> MATERIAL FOR THE TASK:
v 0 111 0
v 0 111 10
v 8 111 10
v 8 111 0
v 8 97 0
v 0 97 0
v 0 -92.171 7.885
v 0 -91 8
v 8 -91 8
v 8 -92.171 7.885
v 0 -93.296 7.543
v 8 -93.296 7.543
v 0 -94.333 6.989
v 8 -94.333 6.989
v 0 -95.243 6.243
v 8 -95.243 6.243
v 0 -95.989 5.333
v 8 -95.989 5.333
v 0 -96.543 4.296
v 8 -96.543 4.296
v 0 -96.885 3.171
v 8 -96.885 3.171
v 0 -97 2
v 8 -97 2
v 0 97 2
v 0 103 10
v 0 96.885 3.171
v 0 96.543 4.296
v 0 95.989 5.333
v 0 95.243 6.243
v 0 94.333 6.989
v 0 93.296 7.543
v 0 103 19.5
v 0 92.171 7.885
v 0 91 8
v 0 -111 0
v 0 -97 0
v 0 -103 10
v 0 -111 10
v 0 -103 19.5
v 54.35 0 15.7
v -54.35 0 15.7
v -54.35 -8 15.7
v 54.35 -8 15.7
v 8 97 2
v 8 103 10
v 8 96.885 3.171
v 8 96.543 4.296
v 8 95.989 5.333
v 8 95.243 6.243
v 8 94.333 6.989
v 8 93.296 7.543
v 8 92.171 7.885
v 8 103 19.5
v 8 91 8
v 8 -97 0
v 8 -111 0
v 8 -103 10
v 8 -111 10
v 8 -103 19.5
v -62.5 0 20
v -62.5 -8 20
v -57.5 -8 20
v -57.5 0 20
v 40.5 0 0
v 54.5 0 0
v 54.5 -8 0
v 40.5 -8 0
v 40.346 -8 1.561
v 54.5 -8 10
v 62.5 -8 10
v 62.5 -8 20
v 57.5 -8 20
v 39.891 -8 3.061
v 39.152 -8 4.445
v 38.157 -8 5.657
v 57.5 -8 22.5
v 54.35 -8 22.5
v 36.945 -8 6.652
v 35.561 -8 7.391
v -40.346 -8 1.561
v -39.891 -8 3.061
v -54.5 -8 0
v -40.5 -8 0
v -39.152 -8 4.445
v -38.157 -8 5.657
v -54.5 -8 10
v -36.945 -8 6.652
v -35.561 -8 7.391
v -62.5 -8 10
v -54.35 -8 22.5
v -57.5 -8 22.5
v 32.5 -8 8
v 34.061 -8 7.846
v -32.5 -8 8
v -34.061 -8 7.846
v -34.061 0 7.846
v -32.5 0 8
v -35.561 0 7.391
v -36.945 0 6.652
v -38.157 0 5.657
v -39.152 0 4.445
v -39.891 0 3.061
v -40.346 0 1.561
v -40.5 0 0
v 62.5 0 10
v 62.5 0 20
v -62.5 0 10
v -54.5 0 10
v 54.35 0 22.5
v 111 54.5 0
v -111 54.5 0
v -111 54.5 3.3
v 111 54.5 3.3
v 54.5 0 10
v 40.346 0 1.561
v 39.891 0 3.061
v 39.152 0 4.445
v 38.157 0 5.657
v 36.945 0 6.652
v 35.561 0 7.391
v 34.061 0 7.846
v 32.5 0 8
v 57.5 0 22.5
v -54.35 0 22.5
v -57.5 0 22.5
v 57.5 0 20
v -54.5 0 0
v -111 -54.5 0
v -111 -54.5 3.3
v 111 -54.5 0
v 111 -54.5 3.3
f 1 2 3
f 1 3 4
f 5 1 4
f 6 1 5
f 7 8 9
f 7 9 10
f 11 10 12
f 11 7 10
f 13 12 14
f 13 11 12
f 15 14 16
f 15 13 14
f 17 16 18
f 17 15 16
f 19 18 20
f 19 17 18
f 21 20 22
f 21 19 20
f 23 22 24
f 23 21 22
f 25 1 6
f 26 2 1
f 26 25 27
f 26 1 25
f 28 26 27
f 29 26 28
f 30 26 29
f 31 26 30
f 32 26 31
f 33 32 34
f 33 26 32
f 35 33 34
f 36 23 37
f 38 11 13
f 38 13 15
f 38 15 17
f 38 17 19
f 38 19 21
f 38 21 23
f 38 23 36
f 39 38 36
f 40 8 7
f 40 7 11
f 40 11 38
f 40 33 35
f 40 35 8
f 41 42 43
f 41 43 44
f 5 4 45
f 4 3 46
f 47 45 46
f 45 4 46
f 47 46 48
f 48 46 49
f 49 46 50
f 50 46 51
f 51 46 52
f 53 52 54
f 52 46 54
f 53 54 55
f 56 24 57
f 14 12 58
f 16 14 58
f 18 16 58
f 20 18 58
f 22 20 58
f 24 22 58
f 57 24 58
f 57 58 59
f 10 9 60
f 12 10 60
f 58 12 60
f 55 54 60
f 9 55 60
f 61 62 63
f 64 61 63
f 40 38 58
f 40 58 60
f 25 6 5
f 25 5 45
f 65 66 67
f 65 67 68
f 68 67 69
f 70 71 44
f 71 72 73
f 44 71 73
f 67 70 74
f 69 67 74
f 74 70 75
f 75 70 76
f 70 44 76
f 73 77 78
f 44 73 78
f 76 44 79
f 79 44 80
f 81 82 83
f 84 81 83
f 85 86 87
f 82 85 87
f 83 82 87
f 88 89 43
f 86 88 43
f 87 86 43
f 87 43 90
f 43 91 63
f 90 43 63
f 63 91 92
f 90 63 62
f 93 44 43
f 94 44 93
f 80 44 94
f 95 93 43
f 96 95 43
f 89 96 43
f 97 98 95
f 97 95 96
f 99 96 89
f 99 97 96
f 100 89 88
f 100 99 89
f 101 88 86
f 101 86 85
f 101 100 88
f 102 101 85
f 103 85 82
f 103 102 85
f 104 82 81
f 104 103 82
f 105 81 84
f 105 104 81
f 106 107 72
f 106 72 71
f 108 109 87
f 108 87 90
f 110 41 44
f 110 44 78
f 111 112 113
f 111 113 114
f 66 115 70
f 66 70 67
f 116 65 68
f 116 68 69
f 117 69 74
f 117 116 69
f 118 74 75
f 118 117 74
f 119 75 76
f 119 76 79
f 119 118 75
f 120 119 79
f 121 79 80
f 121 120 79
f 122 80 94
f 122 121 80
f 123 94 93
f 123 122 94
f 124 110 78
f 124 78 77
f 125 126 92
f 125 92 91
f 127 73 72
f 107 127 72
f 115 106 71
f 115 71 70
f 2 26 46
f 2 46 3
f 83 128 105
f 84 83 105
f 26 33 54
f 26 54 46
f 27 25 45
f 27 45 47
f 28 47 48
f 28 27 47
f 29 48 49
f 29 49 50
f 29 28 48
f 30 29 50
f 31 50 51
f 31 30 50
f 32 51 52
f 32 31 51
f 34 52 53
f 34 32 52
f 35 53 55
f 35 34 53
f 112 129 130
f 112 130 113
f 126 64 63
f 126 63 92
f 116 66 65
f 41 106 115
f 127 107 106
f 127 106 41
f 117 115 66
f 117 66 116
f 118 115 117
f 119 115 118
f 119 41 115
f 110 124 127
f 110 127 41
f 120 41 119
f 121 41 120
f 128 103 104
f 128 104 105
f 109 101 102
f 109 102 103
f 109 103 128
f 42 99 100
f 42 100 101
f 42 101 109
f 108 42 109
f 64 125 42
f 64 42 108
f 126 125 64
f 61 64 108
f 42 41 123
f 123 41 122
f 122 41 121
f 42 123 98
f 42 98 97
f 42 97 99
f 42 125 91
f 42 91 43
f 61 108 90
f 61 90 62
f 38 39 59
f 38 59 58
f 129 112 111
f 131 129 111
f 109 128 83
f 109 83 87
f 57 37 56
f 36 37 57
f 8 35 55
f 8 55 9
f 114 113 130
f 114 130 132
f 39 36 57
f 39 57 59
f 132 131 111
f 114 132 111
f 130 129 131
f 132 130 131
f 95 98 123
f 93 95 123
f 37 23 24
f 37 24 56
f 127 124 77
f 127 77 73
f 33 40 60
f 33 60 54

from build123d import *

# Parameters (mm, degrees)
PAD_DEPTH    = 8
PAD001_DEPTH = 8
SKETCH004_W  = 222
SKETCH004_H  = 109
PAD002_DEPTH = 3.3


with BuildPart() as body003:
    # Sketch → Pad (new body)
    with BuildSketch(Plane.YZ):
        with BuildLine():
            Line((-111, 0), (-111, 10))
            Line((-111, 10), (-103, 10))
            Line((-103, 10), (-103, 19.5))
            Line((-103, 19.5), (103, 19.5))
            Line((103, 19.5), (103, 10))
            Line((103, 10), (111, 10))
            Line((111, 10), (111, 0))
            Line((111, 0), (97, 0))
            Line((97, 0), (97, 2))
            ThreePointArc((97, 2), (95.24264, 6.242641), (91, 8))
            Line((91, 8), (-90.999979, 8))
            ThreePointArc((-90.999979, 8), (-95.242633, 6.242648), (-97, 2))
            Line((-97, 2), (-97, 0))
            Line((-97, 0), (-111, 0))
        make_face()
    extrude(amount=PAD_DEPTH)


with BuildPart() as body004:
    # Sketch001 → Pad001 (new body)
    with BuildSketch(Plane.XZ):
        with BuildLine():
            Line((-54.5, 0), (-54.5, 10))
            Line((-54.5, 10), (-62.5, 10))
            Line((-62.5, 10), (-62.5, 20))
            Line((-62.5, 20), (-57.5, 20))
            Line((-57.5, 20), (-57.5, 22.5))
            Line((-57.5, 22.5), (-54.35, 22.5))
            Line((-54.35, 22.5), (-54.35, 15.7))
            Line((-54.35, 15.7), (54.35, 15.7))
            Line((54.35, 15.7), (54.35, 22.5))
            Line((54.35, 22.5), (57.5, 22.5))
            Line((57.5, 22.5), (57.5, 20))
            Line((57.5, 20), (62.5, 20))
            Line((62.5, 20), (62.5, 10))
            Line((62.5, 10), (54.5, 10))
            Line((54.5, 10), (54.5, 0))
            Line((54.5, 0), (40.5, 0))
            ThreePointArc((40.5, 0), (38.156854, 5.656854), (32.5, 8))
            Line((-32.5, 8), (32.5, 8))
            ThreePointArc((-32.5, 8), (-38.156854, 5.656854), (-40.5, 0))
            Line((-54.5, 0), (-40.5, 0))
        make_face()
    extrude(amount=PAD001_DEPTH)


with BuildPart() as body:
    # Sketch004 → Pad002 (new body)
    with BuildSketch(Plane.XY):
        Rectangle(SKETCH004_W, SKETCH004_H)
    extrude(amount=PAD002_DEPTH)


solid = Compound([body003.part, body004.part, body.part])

...

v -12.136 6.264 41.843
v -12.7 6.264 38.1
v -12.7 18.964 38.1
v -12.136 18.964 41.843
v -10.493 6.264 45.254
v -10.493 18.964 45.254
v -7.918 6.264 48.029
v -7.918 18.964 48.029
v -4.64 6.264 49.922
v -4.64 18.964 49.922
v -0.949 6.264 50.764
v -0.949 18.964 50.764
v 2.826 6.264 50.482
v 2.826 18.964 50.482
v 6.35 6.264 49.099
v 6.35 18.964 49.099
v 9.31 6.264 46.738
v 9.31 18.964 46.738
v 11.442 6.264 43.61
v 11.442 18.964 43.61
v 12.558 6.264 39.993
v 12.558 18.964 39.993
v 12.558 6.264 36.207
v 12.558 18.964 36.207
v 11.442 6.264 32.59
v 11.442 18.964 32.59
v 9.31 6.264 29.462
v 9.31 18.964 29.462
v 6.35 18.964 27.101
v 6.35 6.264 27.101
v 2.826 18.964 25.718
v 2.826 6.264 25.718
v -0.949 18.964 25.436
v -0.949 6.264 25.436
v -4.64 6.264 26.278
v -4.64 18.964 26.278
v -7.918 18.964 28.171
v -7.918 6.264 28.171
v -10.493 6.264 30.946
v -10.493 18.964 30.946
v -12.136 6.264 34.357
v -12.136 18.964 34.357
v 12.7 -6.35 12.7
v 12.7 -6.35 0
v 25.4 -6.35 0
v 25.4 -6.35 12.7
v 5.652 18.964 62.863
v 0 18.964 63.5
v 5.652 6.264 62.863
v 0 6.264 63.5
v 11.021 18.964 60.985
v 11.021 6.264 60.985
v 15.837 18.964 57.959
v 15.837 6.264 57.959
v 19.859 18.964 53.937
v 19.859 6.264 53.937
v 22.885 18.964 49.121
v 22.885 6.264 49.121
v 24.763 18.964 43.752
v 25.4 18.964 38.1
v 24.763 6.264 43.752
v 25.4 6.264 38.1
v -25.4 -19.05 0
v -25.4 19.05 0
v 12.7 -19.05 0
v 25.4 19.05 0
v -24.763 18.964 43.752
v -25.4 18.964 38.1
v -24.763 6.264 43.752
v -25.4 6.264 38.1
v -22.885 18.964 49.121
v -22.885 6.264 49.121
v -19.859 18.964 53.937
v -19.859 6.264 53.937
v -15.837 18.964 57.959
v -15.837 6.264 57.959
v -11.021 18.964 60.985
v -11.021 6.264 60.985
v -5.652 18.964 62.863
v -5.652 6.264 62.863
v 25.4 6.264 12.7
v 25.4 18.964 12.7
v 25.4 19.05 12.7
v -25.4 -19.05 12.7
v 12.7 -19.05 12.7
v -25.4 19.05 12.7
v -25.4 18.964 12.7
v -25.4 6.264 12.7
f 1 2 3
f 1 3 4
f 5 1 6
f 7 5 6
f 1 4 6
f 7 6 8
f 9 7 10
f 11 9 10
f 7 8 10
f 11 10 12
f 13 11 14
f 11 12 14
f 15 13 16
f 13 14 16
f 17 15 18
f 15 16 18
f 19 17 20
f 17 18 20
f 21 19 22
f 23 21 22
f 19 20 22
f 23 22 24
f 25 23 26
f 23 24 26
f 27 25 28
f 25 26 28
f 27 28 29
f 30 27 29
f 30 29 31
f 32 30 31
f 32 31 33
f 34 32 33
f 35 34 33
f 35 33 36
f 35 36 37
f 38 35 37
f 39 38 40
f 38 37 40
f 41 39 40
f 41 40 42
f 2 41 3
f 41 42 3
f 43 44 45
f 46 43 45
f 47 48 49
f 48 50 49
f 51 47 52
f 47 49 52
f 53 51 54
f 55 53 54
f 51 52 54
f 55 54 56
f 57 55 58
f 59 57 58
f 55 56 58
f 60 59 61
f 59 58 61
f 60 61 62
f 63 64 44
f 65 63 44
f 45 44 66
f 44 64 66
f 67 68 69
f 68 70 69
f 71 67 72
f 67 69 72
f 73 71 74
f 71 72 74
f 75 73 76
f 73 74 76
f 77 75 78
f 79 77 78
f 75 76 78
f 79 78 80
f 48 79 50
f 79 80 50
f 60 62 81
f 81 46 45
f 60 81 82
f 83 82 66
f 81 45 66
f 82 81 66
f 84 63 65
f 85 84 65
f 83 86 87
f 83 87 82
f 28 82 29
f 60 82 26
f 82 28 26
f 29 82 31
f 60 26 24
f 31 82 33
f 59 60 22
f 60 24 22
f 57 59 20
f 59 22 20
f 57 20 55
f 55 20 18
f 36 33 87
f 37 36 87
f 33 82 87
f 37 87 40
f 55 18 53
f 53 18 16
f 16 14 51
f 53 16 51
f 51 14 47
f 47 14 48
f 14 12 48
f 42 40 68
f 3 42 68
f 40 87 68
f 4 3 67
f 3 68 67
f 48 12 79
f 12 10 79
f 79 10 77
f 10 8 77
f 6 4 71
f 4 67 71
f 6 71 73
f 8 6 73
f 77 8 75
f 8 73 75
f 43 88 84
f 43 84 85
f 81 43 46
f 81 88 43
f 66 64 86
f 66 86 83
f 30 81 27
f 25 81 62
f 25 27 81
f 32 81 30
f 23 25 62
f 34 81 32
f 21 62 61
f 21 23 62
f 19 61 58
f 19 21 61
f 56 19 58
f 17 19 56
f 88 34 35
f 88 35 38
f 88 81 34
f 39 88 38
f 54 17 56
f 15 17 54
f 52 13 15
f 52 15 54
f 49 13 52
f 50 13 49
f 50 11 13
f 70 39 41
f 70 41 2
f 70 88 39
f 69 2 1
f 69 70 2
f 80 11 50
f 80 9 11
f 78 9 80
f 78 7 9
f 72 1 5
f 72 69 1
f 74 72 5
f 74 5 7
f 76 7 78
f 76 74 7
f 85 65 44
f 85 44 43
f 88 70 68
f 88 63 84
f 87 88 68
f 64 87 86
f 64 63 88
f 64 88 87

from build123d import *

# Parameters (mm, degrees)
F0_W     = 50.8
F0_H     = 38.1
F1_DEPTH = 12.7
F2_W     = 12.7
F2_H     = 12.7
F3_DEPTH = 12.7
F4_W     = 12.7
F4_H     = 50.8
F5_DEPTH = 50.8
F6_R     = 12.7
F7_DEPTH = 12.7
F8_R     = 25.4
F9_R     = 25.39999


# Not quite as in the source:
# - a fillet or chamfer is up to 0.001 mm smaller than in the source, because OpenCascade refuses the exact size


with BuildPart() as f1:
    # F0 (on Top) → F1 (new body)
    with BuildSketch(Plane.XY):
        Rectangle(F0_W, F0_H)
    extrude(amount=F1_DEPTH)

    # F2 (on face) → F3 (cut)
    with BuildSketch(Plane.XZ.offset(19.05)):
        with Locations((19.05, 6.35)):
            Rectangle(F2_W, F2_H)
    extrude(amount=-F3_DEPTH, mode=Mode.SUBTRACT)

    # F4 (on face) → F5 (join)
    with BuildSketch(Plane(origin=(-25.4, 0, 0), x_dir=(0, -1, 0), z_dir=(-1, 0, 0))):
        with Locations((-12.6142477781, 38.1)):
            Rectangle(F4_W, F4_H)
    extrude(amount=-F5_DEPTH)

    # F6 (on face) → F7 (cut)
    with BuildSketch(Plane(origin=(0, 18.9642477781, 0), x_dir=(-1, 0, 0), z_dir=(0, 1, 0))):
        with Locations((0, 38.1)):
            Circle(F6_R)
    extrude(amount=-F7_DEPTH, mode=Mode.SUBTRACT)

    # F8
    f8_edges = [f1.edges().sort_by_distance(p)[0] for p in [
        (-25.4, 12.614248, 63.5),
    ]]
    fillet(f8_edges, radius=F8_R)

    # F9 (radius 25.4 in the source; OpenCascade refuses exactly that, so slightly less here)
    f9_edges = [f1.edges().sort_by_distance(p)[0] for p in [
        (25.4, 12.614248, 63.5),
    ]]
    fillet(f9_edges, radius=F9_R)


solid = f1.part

> TASK: Send back an exact copy of only the lines from the line with "v -36.945 0 6.652" up to and including the line with "v 39.891 0 3.061" in the data above.

> EXPECTED ANSWER:
v -36.945 0 6.652
v -38.157 0 5.657
v -39.152 0 4.445
v -39.891 0 3.061
v -40.346 0 1.561
v -40.5 0 0
v 62.5 0 10
v 62.5 0 20
v -62.5 0 10
v -54.5 0 10
v 54.35 0 22.5
v 111 54.5 0
v -111 54.5 0
v -111 54.5 3.3
v 111 54.5 3.3
v 54.5 0 10
v 40.346 0 1.561
v 39.891 0 3.061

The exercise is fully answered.